Green Tea Epigallocatechin-3-gallate (EGCG) Targeting Protein Misfolding in Drug Discovery for Neurodegenerative Diseases.
Gonçalves, PB, Sodero, ACR, Cordeiro, Y
Biomolecules. 2021;(5)
Abstract
The potential to treat neurodegenerative diseases (NDs) of the major bioactive compound of green tea, epigallocatechin-3-gallate (EGCG), is well documented. Numerous findings now suggest that EGCG targets protein misfolding and aggregation, a common cause and pathological mechanism in many NDs. Several studies have shown that EGCG interacts with misfolded proteins such as amyloid beta-peptide (Aβ), linked to Alzheimer's disease (AD), and α-synuclein, linked to Parkinson's disease (PD). To date, NDs constitute a serious public health problem, causing a financial burden for health care systems worldwide. Although current treatments provide symptomatic relief, they do not stop or even slow the progression of these devastating disorders. Therefore, there is an urgent need to develop effective drugs for these incurable ailments.

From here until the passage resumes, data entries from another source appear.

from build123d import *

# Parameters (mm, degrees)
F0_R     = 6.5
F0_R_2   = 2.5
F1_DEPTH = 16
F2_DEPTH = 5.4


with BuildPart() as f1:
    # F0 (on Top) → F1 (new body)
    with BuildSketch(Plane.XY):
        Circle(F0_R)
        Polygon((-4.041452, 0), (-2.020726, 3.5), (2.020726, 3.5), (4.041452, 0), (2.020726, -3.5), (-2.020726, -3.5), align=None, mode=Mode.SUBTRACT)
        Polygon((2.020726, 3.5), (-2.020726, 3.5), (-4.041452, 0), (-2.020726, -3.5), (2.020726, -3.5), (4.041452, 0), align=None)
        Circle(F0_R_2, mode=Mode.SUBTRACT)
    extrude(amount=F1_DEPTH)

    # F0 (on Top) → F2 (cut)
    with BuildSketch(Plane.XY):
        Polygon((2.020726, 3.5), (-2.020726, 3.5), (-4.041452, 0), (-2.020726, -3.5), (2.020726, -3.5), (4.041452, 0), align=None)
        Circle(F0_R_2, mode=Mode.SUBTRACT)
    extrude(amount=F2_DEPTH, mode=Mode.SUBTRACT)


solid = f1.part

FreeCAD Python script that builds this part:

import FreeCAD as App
import Part
import Sketcher

V = App.Vector
Q = App.Units.Quantity

doc = App.newDocument("Part")
body = doc.addObject("PartDesign::Body", "Body")

# Sketch on XY plane
sketch1 = doc.addObject("Sketcher::SketchObject", "Sketch")
body.addObject(sketch1)
sketch1.AttachmentSupport = (doc.XY_Plane, [""])
sketch1.MapMode = "FlatFace"
sketch1.addGeometry([
    Part.Circle(V(0, 0, 0), V(0, 0, 1), 6.5),
    Part.Circle(V(0, 0, 0), V(0, 0, 1), 2.5),
], False)
sketch1.addConstraint([
    Sketcher.Constraint("Coincident", 0, 3, -1, 1),
    Sketcher.Constraint("Coincident", 1, 3, -1, 1),
    Sketcher.Constraint("Diameter", 0, Q("13 mm")),
    Sketcher.Constraint("Diameter", 1, Q("5 mm")),
])
pad1 = doc.addObject("PartDesign::Pad", "Pad")
body.addObject(pad1)
pad1.Profile = sketch1
pad1.Length = 16

# Sketch on XY plane
sketch2 = doc.addObject("Sketcher::SketchObject", "Sketch001")
body.addObject(sketch2)
sketch2.AttachmentSupport = (doc.XY_Plane, [""])
sketch2.MapMode = "FlatFace"
sketch2.addGeometry([
    Part.LineSegment(V(2.020726, 3.5, 0), V(-2.020726, 3.5, 0)),  # 0
    Part.LineSegment(V(-2.020726, 3.5, 0), V(-4.041452, 0, 0)),  # 1
    Part.LineSegment(V(-4.041452, 0, 0), V(-2.020726, -3.5, 0)),  # 2
    Part.LineSegment(V(-2.020726, -3.5, 0), V(2.020726, -3.5, 0)),  # 3
    Part.LineSegment(V(2.020726, -3.5, 0), V(4.041452, 0, 0)),  # 4
    Part.LineSegment(V(4.041452, 0, 0), V(2.020726, 3.5, 0)),  # 5
    Part.Circle(V(0, 0, 0), V(0, 0, 1), 2.5),  # 6
], False)
sketch2.addConstraint([
    Sketcher.Constraint("Coincident", 0, 2, 1, 1),
    Sketcher.Constraint("Coincident", 1, 2, 2, 1),
    Sketcher.Constraint("Coincident", 2, 2, 3, 1),
    Sketcher.Constraint("Coincident", 3, 2, 4, 1),
    Sketcher.Constraint("Coincident", 4, 2, 5, 1),
    Sketcher.Constraint("Coincident", 5, 2, 0, 1),
    Sketcher.Constraint("Horizontal", 0),
    Sketcher.Constraint("Horizontal", 3),
    Sketcher.Constraint("Coincident", 6, 3, -1, 1),
    Sketcher.Constraint("Symmetric", 0, 2, 3, 2, -1, 1),
    Sketcher.Constraint("Symmetric", 1, 2, 4, 2, -1, 1),
    Sketcher.Constraint("PointOnObject", 1, 2, -1),
    Sketcher.Constraint("Parallel", 2, 5),
    Sketcher.Constraint("Vertical", 0, 2, 2, 2),
    Sketcher.Constraint("Diameter", 6, Q("5 mm")),
    Sketcher.Constraint("Angle", 1, Q("-120.000001 deg")),
    Sketcher.Constraint("DistanceY", 2, 2, 0, 2, Q("7 mm")),
    Sketcher.Constraint("DistanceX", 0, 2, 0, 1, Q("4.041452 mm")),
])
pocket1 = doc.addObject("PartDesign::Pocket", "Pocket")
body.addObject(pocket1)
pocket1.Profile = sketch2
pocket1.Length = 5.4
pocket1.Reversed = True

doc.recompute()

It is expected that targeting protein misfolding can serve as a therapeutic strategy for many NDs since protein misfolding is a common cause of neurodegeneration. In this context, EGCG may offer great potential opportunities in drug discovery for NDs. Therefore, this review critically discusses the role of EGCG in NDs drug discovery and provides updated information on the scientific evidence that EGCG can potentially be used to treat many of these fatal brain disorders.